I tossed out a question on X this week, and it clearly hit a nerve.
When #WordPress 7.0 comes out, will people trust using the AI Connectors?
— Marcus Burnette — The WP World (@marcusdburnette) March 23, 2026
Since the APIs cost money, what if I install a plugin that uses the Connector for thousands of API calls and I don't realize until I get the bill?
How do we keep that from happening?
In the tweet I shared, I basically asked a simple question with a messy underside: if WordPress is going to make AI Connectors feel native, what happens when site owners connect a provider once … and then multiple plugins can quietly start using it?
The replies rolled in fast. People brought up Google Maps, Elasticsearch, kill switches, constants, filters, permissions, logging, and the usual WordPress tension between power and protection. Fair enough. But after reading through the thread, I keep landing in the same place:
WordPress AI Connectors need more friction, not less.
The problem isn’t that AI costs money
That part is obvious. Plenty of things in WordPress can cost money. APIs have always existed.
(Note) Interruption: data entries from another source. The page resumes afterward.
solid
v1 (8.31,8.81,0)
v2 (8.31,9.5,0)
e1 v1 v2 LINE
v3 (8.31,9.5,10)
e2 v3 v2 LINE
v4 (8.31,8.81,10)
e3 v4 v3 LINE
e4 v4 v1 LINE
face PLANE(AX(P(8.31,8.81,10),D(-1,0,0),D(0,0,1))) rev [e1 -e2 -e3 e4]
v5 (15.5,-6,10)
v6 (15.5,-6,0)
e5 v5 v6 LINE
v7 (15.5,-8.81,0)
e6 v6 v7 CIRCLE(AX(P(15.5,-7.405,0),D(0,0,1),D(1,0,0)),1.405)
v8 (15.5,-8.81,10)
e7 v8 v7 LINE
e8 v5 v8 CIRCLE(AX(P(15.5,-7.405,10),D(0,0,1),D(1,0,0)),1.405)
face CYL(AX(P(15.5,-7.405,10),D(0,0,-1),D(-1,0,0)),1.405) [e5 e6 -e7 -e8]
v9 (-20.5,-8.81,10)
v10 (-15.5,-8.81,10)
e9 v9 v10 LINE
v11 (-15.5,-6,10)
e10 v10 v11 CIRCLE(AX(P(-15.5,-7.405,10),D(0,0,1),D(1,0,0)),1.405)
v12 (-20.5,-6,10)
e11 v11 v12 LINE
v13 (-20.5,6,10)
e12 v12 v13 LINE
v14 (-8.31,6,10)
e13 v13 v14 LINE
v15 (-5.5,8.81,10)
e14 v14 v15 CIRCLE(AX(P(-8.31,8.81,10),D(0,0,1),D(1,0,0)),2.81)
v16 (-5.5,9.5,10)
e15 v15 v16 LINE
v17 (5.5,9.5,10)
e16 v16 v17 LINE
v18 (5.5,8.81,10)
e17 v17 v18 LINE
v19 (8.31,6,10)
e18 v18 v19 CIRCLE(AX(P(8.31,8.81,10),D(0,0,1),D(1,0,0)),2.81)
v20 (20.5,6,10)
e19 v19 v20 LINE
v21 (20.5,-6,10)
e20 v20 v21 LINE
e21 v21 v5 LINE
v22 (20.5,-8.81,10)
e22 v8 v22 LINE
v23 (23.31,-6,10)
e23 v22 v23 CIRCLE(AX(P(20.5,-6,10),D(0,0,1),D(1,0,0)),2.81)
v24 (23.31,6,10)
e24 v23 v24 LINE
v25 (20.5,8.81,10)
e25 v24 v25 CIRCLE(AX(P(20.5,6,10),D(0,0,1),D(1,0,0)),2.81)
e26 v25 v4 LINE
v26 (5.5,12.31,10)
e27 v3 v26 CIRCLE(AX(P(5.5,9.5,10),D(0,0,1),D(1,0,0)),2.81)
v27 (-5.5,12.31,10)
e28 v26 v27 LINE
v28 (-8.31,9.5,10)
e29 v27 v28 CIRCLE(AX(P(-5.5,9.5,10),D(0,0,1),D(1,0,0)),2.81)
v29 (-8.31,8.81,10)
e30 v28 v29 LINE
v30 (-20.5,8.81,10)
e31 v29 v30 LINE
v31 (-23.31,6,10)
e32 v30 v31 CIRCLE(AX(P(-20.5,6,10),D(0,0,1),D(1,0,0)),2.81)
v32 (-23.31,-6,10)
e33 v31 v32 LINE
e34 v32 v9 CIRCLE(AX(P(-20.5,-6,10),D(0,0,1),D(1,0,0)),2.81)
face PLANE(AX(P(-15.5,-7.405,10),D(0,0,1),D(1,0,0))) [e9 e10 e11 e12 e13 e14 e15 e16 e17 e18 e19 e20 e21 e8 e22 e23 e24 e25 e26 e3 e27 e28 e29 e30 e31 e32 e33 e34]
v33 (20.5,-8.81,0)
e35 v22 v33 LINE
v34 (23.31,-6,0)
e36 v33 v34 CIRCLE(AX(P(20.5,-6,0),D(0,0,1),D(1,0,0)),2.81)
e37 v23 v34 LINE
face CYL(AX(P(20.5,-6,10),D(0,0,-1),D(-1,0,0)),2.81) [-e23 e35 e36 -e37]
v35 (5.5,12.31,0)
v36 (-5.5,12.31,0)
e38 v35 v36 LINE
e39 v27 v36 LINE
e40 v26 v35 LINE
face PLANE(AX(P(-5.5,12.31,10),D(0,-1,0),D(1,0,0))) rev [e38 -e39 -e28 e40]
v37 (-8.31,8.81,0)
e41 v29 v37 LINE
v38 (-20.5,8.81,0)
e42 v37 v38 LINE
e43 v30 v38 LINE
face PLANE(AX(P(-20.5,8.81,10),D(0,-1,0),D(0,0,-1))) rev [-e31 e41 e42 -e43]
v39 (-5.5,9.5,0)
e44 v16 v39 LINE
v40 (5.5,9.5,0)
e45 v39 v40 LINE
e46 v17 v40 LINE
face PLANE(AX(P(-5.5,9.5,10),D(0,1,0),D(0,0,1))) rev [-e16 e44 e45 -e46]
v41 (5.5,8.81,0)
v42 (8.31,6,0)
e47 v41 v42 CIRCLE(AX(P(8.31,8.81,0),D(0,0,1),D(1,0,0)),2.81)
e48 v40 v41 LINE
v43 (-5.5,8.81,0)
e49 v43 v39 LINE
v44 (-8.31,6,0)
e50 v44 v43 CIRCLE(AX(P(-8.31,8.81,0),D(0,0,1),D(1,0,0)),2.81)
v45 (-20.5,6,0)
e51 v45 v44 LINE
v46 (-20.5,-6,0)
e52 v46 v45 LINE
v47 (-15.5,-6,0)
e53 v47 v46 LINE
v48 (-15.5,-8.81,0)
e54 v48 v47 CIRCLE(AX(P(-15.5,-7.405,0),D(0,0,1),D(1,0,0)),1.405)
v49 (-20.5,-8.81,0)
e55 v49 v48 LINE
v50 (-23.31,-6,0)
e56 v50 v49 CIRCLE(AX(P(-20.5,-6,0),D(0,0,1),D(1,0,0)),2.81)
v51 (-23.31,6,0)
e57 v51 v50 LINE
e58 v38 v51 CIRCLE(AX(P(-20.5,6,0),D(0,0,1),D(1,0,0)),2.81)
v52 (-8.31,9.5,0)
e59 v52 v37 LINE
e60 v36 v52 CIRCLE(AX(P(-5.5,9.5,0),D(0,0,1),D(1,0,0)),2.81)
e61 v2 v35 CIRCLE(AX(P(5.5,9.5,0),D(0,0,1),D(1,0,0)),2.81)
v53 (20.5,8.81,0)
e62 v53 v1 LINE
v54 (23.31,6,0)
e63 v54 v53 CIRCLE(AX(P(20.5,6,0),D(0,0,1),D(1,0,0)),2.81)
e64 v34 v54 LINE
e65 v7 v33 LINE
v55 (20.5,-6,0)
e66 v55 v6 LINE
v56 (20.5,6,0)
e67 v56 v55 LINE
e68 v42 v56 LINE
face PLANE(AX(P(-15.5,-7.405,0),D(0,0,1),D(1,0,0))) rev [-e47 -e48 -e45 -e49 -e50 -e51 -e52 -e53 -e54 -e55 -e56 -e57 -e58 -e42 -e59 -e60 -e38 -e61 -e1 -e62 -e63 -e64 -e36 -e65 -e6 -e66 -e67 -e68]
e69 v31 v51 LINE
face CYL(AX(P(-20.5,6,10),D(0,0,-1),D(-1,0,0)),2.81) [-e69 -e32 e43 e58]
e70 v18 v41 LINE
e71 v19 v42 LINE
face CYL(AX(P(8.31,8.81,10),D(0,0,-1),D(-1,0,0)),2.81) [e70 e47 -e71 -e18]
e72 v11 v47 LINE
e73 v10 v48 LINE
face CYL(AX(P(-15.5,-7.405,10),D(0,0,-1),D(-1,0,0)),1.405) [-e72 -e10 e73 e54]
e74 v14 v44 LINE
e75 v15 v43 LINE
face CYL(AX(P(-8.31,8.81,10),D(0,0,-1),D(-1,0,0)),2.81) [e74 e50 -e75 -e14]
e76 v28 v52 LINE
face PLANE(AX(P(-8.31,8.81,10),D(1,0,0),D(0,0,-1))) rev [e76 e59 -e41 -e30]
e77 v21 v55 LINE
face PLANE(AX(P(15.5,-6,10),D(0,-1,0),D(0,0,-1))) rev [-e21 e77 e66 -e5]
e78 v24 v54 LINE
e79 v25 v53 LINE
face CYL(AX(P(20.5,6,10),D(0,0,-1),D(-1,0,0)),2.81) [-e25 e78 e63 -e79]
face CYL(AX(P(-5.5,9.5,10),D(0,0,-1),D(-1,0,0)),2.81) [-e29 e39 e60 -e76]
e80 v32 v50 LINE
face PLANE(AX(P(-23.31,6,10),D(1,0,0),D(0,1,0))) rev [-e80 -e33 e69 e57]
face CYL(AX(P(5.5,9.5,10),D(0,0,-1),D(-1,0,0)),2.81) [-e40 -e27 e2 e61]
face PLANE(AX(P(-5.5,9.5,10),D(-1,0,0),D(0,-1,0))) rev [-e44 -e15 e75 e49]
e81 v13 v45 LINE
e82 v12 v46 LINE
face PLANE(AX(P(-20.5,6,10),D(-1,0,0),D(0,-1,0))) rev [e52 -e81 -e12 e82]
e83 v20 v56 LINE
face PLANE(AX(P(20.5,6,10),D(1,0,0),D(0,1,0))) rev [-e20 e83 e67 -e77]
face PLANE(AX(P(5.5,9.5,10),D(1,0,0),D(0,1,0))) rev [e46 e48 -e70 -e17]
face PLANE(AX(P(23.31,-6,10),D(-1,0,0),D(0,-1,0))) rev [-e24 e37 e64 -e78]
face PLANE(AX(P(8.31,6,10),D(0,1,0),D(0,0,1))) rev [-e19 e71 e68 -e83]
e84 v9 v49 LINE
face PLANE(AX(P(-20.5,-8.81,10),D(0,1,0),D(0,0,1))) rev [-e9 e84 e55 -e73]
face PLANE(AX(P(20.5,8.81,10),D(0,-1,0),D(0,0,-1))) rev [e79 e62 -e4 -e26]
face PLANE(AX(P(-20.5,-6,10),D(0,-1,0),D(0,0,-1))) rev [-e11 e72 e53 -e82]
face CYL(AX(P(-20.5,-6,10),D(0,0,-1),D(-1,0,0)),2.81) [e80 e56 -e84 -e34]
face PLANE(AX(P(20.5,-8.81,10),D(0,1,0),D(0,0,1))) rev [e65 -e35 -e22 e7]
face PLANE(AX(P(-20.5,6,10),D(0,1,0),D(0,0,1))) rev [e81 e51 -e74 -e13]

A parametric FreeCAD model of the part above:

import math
import FreeCAD as App
import Part
import Sketcher
from FreeCAD import Vector

doc = App.newDocument("Part")
body = doc.addObject("PartDesign::Body", "Body")

# Sketch on XY plane
sketch1 = body.newObject("Sketcher::SketchObject", "Sketch")
sketch1.AttachmentSupport = (doc.getObject("XY_Plane"), [""])
sketch1.MapMode = "FlatFace"
sketch1.addGeometry([
    Part.LineSegment(Vector(-15.5, -6, 0), Vector(-20.5, -6, 0)),  # 0
    Part.LineSegment(Vector(-20.5, -6, 0), Vector(-20.5, 6, 0)),  # 1
    Part.LineSegment(Vector(-20.5, 6, 0), Vector(-8.3, 6, 0)),  # 2
    Part.ArcOfCircle(Part.Circle(Vector(-8.3, 8.8, 0), Vector(0, 0, 1), 2.8), math.radians(-90), math.radians(0)),  # 3
    Part.LineSegment(Vector(-5.5, 8.8, 0), Vector(-5.5, 9.5, 0)),  # 4
    Part.LineSegment(Vector(-5.5, 9.5, 0), Vector(5.5, 9.5, 0)),  # 5
    Part.LineSegment(Vector(5.5, 9.5, 0), Vector(5.5, 8.8, 0)),  # 6
    Part.ArcOfCircle(Part.Circle(Vector(8.3, 8.8, 0), Vector(0, 0, 1), 2.8), math.radians(180), math.radians(270)),  # 7
    Part.LineSegment(Vector(8.3, 6, 0), Vector(20.5, 6, 0)),  # 8
    Part.LineSegment(Vector(20.5, 6, 0), Vector(20.5, -6, 0)),  # 9
    Part.LineSegment(Vector(20.5, -6, 0), Vector(15.5, -6, 0)),  # 10
    Part.ArcOfCircle(Part.Circle(Vector(15.5, -7.4, 0), Vector(0, 0, 1), 1.4), math.radians(90), math.radians(270)),  # 11
    Part.LineSegment(Vector(15.5, -8.8, 0), Vector(20.5, -8.8, 0)),  # 12
    Part.ArcOfCircle(Part.Circle(Vector(20.5, -6, 0), Vector(0, 0, 1), 2.8), math.radians(-90), math.radians(0)),  # 13
    Part.LineSegment(Vector(23.3, -6, 0), Vector(23.3, 6, 0)),  # 14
Usage-based billing is not some shocking new invention.
What feels different here is the shared connection layer. Historically, if a plugin wanted to use a paid service, you usually connected that plugin directly. One plugin. One settings screen. One API key. One pretty clear line between the feature and the bill.
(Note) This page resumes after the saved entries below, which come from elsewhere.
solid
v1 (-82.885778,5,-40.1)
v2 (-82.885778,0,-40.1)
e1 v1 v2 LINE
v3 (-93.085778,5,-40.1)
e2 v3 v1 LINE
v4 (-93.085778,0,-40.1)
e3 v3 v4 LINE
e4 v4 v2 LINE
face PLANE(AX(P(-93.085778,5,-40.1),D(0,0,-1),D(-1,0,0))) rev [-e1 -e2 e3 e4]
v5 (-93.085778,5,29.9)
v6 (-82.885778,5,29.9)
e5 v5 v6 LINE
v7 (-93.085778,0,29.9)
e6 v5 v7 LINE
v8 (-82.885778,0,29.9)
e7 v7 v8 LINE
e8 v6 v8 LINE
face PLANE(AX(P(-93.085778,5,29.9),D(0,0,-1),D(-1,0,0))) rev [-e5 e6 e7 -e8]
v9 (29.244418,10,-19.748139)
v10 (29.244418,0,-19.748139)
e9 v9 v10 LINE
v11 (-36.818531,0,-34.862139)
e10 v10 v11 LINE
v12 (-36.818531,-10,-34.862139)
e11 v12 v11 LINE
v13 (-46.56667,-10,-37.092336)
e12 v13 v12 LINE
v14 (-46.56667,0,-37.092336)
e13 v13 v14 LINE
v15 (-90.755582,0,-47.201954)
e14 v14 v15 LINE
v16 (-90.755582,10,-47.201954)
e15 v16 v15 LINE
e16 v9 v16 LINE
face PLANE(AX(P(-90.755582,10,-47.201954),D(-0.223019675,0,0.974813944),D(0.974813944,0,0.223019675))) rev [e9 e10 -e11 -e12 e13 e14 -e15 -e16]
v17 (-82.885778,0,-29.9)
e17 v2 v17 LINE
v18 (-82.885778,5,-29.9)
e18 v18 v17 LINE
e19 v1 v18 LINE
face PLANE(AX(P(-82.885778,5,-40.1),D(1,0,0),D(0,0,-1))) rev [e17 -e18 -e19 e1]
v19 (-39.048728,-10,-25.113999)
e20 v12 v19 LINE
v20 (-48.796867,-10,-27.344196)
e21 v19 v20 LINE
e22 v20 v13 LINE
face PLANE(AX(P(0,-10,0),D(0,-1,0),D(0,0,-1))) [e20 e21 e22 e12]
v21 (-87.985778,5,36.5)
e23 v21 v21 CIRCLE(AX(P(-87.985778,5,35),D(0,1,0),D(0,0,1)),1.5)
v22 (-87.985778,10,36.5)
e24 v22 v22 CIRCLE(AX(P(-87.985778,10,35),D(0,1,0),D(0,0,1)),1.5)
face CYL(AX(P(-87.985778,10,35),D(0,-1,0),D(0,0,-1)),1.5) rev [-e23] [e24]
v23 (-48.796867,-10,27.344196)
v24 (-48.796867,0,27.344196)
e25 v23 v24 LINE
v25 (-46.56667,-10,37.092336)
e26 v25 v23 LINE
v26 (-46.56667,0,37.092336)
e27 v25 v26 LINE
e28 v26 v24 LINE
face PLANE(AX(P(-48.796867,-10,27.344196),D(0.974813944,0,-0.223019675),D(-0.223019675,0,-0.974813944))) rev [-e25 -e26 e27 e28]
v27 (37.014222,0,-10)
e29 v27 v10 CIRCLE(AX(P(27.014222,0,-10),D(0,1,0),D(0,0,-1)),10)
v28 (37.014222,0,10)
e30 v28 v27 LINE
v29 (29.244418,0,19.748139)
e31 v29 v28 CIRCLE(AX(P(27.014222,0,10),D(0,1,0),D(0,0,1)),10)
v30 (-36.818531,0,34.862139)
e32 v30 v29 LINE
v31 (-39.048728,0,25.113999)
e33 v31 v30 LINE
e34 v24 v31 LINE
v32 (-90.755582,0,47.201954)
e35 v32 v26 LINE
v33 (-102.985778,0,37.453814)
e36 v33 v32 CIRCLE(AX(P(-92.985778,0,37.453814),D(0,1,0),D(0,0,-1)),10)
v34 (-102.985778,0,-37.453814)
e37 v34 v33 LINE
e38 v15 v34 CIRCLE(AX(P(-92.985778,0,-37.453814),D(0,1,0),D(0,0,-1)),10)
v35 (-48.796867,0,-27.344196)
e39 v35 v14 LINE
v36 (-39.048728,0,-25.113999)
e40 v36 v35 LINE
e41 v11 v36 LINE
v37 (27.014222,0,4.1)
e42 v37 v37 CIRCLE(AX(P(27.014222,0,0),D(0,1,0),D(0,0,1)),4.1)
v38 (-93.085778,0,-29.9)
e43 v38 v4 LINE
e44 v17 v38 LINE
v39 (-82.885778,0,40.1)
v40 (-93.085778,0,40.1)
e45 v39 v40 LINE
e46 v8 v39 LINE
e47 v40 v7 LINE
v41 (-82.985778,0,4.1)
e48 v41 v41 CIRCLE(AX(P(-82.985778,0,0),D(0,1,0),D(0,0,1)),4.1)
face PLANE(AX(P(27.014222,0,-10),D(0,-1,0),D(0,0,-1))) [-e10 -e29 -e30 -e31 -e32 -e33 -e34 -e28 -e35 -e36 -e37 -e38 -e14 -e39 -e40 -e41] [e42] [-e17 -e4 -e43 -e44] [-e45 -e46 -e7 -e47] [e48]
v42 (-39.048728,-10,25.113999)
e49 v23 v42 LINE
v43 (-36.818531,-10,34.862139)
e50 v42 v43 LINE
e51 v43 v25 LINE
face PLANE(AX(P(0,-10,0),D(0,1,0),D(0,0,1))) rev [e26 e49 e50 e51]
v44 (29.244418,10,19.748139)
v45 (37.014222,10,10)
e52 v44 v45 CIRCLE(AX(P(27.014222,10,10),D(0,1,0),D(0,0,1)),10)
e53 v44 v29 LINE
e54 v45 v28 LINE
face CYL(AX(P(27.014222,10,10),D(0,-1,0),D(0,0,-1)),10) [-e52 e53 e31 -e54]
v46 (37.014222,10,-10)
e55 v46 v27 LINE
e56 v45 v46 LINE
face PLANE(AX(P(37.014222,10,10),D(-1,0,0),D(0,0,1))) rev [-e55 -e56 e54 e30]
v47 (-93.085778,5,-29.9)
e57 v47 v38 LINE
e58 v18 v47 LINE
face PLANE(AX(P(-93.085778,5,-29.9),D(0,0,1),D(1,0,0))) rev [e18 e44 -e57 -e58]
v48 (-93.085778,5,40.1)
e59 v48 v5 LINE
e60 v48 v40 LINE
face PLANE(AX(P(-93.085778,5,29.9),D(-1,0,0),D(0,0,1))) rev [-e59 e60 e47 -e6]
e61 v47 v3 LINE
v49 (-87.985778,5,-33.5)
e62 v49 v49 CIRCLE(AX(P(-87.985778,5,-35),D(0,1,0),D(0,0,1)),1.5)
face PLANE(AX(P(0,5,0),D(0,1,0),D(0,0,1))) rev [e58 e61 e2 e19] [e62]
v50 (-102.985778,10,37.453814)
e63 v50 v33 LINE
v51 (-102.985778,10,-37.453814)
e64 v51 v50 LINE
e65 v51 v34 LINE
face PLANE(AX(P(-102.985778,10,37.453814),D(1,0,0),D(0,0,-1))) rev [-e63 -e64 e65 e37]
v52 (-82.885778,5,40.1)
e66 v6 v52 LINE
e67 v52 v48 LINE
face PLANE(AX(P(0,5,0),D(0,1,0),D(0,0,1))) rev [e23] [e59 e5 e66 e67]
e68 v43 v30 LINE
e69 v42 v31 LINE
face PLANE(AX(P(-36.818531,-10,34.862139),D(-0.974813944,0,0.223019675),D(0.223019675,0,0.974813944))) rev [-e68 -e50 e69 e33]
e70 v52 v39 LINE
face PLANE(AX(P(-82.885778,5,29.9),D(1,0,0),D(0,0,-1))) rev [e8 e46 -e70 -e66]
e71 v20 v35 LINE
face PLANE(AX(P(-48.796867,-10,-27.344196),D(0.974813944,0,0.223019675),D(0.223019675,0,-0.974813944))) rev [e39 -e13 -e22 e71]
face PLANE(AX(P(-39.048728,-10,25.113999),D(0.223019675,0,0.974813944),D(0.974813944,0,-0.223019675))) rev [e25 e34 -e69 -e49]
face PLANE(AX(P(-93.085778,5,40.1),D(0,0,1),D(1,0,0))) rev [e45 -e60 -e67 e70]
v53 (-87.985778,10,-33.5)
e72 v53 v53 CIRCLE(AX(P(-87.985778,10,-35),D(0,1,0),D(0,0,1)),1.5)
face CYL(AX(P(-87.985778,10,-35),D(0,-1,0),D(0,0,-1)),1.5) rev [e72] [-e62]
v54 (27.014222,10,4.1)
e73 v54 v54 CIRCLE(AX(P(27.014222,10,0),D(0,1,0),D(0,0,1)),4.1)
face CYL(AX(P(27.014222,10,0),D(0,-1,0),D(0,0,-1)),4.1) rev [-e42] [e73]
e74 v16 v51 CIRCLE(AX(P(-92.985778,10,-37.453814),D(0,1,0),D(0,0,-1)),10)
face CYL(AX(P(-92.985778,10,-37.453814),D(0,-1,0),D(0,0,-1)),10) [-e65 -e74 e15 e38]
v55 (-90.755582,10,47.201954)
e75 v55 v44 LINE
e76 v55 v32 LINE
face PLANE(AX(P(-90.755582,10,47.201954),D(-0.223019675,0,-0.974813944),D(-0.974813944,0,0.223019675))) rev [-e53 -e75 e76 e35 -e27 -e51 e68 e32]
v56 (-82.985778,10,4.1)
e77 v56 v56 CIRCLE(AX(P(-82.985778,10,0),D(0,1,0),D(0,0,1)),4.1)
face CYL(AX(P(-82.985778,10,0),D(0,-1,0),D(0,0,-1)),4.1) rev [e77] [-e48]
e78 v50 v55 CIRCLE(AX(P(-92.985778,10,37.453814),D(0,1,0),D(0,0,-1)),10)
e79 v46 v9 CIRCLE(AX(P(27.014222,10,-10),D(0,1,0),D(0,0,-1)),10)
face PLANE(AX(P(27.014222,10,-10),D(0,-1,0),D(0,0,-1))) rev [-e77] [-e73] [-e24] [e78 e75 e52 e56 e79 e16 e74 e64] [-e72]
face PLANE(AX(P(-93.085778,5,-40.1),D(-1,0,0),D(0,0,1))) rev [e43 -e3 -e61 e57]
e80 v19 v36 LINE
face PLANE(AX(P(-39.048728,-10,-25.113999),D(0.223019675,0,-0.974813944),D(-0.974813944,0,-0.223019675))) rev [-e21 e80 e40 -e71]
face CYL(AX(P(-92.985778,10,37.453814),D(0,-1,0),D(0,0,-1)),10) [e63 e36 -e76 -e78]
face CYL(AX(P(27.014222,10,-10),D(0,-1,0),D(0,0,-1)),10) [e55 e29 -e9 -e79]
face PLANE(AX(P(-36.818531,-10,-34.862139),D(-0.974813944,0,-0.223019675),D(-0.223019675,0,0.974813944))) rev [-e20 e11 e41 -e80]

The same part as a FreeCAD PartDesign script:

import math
import FreeCAD as App
import Part
import Sketcher

V = App.Vector
Q = App.Units.Quantity

doc = App.newDocument("Part")
params = doc.addObject("Spreadsheet::Sheet", "Params")
for row, (alias, value) in enumerate([
    ("sketch1_diameter", "3 mm"),
    ("sketch1_radius", "10 mm"),
    ("sketch1_diameter2", "8.2 mm"),
    ("sketch1_height", "20 mm"),
    ("pad1_length", "10 mm"),
    ("sketch2_width", "10.2 mm"),
    ("pocket1_length", "5 mm"),
    ("sketch3_length", "10 mm"),
    ("pad2_length", "10 mm"),
], start=1):
    params.set(f"A{row}", alias)
    params.set(f"B{row}", "=" + value)
    params.setAlias(f"B{row}", alias)

body = doc.addObject("PartDesign::Body", "Body")

# Sketch on XZ plane
sketch1 = doc.addObject("Sketcher::SketchObject", "Sketch")
body.addObject(sketch1)
sketch1.AttachmentSupport = (doc.XZ_Plane, [""])
sketch1.MapMode = "FlatFace"
sketch1.addGeometry(Part.LineSegment(V(-90.8, 47.2, 0), V(29.2, 19.7, 0)), False)
sketch1.addGeometry(Part.ArcOfCircle(Part.Circle(V(27, 10, 0), V(0, 0, 1), 10), math.radians(0), math.radians(77)), False)
sketch1.addGeometry(Part.LineSegment(V(37, 10, 0), V(37, -10, 0)), False)
sketch1.addGeometry(Part.ArcOfCircle(Part.Circle(V(27, -10, 0), V(0, 0, 1), 10), math.radians(-77), math.radians(0)), False)
sketch1.addGeometry(Part.LineSegment(V(29.2, -19.7, 0), V(-90.8, -47.2, 0)), False)
sketch1.addGeometry(Part.ArcOfCircle(Part.Circle(V(-93, -37.5, 0), V(0, 0, 1), 10), math.radians(180), math.radians(283)), False)
sketch1.addGeometry(Part.LineSegment(V(-103, -37.5, 0), V(-103, 37.5, 0)), False)
sketch1.addGeometry(Part.ArcOfCircle(Part.Circle(V(-93, 37.5, 0), V(0, 0, 1), 10), math.radians(77), math.radians(180)), False)
sketch1.addGeometry(Part.Circle(V(-88, 35, 0), V(0, 0, 1), 1.5), False)
sketch1.addGeometry(Part.Circle(V(-83, 0, 0), V(0, 0, 1), 4.1), False)
sketch1.addGeometry(Part.Circle(V(-88, -35, 0), V(0, 0, 1), 1.5), False)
AI Connectors change that mental model.
Now the pitch is: connect OpenAI, Anthropic, or Google/Gemini once, and plugins can hook into that shared layer. Cleaner UI? Sure. Better standardization? Probably. Less duplicated setup work for developers? Absolutely.
But that convenience comes with a cost … and I don’t just mean tokens.
Abstraction is doing a little too much work here
The more “native” this feels, the easier it becomes for site owners to assume WordPress is handling the scary parts for them.
That’s the danger.
If I paste an API key into a plugin-specific screen, I understand the bargain. I am enabling that plugin to use that service. If something goes sideways, I know where to look.
If I connect an AI provider in a centralized WordPress screen, the relationship gets fuzzier. It starts to feel like infrastructure. And infrastructure is exactly where hidden usage gets expensive fast.
That’s especially true if a trusted plugin updates later and suddenly starts using AI under the hood. Maybe it’s helpful. Maybe it’s optional. Maybe it’s barely labeled. Maybe it ships through auto-updates and the site owner has no real idea their existing connector is now being tapped.
That is not a paranoid scenario. That is a normal-product-behavior scenario.
I don’t want magic here. I want receipts.
This is the part I think matters most.
If WordPress wants to normalize AI inside the admin, it also needs to normalize visibility. Site owners should be able to answer a few dead-simple questions without spelunking through logs, docs, or dev hooks:
- Which plugin made this AI request?
- Which provider did it use?
- Which model did it use?
- How many tokens or requests did it burn?
- Did this happen in wp-admin, on the frontend, or on a cron job?
- Can I stop one plugin without turning off the whole thing?
That’s not an advanced enterprise wishlist. That’s basic stewardship.
And yes, some people in the discussion pointed out that there’s already a broad kill switch. Good. There should be. Some also mentioned constants, filters, and the ability to programmatically get more granular. Also good.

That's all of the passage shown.